* ACTIVITY
Set down word for word the lines that begin the entries and run through the line containing "#229=ORIENTED_EDGE('',*,*,#81,.F.);". Give nothing further.

**** INFORMATION GIVEN ****

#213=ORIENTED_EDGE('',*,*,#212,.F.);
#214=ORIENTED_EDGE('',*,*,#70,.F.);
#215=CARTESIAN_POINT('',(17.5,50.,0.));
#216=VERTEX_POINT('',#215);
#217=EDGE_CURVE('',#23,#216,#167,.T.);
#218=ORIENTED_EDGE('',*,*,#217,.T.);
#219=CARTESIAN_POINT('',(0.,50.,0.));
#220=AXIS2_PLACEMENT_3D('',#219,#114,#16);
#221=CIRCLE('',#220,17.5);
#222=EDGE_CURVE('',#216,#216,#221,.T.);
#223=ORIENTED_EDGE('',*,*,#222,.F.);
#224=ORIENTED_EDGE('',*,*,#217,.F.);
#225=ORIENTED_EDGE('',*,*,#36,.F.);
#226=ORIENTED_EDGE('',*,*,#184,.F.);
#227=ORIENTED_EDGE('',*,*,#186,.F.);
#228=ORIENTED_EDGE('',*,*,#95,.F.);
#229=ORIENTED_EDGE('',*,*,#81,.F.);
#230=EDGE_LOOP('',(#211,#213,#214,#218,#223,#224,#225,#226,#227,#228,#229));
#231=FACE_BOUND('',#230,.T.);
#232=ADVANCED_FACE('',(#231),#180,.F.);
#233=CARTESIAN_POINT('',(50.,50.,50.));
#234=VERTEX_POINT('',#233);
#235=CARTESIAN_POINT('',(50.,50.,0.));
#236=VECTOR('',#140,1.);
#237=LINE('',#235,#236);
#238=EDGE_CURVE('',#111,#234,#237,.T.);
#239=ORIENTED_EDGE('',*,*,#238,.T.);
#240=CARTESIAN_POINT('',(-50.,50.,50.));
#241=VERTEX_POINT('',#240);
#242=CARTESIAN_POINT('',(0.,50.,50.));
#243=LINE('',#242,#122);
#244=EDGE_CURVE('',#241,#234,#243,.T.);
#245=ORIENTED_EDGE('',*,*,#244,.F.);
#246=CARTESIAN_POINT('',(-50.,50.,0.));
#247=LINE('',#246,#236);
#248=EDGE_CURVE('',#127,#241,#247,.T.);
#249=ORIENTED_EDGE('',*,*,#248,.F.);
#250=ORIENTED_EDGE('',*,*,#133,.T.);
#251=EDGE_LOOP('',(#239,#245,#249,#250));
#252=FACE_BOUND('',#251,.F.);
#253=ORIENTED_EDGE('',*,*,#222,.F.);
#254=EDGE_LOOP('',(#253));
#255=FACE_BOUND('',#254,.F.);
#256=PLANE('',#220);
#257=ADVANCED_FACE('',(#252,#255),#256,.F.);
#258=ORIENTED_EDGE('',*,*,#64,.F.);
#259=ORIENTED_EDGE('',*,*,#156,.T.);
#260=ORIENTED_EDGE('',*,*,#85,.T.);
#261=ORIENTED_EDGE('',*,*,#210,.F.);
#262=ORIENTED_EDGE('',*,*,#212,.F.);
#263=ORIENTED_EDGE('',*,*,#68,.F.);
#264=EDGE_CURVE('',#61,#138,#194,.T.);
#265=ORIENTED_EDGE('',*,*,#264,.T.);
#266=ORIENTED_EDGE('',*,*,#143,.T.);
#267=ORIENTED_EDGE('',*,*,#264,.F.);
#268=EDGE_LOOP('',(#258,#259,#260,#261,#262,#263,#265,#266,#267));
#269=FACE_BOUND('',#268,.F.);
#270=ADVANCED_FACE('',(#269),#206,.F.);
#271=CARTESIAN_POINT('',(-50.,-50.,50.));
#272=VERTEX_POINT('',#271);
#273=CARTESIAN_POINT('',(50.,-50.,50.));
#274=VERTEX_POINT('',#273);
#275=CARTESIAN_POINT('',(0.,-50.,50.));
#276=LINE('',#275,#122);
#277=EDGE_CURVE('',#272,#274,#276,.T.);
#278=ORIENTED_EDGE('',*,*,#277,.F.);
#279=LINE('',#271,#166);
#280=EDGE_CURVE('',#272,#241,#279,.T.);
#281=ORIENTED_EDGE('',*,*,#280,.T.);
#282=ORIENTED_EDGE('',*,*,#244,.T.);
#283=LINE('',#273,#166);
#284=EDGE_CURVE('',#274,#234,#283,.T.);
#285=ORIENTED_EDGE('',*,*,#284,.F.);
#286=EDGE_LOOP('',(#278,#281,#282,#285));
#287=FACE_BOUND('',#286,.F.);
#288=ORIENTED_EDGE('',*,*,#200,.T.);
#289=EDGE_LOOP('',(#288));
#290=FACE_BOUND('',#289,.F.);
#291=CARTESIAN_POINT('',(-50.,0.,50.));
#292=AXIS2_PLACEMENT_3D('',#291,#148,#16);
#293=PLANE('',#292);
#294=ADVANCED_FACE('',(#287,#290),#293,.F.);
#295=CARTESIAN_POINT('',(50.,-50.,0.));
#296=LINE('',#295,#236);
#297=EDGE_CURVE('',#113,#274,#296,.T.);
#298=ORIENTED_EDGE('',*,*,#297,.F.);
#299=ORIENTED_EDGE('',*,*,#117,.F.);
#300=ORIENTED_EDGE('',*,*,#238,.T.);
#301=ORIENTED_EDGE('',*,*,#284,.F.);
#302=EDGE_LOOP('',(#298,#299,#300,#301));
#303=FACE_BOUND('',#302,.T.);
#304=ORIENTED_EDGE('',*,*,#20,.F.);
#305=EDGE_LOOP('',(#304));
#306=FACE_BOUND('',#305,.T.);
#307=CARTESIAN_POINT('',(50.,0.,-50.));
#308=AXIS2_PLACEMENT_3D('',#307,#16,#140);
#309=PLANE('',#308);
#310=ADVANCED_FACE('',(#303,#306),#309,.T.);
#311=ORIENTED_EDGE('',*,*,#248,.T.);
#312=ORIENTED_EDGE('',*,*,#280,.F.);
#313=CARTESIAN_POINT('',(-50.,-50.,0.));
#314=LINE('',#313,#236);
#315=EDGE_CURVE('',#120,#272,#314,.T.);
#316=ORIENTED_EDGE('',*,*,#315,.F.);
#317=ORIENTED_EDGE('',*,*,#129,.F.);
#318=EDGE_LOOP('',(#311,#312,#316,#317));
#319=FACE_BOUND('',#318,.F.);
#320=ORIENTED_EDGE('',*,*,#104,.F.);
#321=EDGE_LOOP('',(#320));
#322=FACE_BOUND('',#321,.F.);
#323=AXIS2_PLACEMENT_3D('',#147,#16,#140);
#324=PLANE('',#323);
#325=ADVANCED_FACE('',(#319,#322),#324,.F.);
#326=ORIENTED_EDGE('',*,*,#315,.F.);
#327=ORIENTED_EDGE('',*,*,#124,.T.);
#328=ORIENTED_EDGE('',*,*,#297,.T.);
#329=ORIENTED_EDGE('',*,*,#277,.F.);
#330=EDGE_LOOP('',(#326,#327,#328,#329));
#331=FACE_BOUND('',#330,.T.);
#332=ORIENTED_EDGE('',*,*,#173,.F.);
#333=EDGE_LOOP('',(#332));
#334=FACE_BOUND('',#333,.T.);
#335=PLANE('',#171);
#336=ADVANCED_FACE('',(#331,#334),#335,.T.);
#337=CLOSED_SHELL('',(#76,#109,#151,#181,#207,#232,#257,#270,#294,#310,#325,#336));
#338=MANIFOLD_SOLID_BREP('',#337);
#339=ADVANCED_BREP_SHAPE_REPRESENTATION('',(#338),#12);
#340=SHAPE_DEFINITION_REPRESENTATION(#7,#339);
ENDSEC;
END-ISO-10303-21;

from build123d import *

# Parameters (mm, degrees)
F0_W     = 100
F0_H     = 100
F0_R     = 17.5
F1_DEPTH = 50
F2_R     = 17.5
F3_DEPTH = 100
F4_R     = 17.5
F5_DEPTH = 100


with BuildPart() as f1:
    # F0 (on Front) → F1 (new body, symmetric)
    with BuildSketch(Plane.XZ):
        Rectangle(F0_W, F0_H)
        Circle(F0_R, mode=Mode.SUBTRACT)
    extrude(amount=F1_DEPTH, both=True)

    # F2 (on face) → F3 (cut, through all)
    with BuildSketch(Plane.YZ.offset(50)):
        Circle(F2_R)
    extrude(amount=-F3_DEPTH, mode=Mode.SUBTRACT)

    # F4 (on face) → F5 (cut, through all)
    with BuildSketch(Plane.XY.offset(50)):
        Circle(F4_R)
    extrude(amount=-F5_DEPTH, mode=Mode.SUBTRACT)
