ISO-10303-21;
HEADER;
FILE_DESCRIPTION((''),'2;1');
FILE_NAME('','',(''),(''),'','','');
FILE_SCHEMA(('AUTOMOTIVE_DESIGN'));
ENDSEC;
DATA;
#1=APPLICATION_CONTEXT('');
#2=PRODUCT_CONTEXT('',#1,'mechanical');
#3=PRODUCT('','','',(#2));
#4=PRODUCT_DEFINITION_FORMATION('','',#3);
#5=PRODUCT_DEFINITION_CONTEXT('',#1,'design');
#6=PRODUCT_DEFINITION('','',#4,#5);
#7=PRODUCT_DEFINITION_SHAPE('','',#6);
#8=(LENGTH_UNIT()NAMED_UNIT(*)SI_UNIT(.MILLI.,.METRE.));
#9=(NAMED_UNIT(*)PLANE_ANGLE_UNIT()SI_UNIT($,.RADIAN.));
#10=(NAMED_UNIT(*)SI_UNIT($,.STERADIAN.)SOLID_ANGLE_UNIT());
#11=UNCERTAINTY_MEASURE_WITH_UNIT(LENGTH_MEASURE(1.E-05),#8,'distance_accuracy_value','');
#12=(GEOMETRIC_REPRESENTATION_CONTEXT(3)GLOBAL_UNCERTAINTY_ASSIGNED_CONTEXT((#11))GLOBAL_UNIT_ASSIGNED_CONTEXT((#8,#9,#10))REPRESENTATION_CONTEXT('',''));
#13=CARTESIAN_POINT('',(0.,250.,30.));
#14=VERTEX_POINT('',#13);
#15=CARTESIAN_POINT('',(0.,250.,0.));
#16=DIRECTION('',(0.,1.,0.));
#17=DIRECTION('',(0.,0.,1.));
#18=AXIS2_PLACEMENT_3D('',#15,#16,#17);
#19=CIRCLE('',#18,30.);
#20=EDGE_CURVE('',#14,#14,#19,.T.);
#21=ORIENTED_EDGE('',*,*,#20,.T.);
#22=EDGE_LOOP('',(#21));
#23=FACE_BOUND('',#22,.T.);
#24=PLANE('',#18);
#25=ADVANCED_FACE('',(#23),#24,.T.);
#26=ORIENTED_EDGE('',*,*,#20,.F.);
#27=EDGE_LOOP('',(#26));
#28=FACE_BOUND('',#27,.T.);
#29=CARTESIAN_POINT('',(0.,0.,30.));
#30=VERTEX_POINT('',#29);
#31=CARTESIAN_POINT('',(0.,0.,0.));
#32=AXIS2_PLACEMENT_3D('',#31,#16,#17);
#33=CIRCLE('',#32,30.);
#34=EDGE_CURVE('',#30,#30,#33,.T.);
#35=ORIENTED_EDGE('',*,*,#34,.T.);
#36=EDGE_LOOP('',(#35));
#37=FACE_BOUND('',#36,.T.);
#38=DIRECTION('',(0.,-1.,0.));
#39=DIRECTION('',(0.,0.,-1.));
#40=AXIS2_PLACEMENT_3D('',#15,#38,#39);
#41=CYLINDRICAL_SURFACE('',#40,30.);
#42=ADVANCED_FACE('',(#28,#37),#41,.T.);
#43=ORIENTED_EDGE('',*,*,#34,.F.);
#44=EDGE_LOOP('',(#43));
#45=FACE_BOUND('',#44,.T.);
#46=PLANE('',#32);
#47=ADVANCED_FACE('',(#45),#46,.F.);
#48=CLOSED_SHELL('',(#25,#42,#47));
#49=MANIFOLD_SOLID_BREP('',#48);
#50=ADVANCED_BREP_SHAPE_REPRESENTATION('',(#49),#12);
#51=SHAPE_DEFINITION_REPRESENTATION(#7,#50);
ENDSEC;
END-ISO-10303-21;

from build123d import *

# Parameters (mm, degrees)
ESBO_O1_R                = 30
RESSALTO_EXTRUS_O1_DEPTH = 250


with BuildPart() as part:
    # Esboço1 → Ressalto-extrusão1 (new body)
    with BuildSketch(Plane(origin=(0, 0, 0), x_dir=(1, 0, 0), z_dir=(0, 1, 0))):
        with Locations(Location((0, 0, 0), (0, 0, 270))):
            Circle(ESBO_O1_R)
    extrude(amount=RESSALTO_EXTRUS_O1_DEPTH)


solid = part.part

****

* RESULT OF THE TASK
#213=ORIENTED_EDGE('',*,*,#212,.F.);
#214=ORIENTED_EDGE('',*,*,#70,.F.);
#215=CARTESIAN_POINT('',(17.5,50.,0.));
#216=VERTEX_POINT('',#215);
#217=EDGE_CURVE('',#23,#216,#167,.T.);
#218=ORIENTED_EDGE('',*,*,#217,.T.);
#219=CARTESIAN_POINT('',(0.,50.,0.));
#220=AXIS2_PLACEMENT_3D('',#219,#114,#16);
#221=CIRCLE('',#220,17.5);
#222=EDGE_CURVE('',#216,#216,#221,.T.);
#223=ORIENTED_EDGE('',*,*,#222,.F.);
#224=ORIENTED_EDGE('',*,*,#217,.F.);
#225=ORIENTED_EDGE('',*,*,#36,.F.);
#226=ORIENTED_EDGE('',*,*,#184,.F.);
#227=ORIENTED_EDGE('',*,*,#186,.F.);
#228=ORIENTED_EDGE('',*,*,#95,.F.);
#229=ORIENTED_EDGE('',*,*,#81,.F.);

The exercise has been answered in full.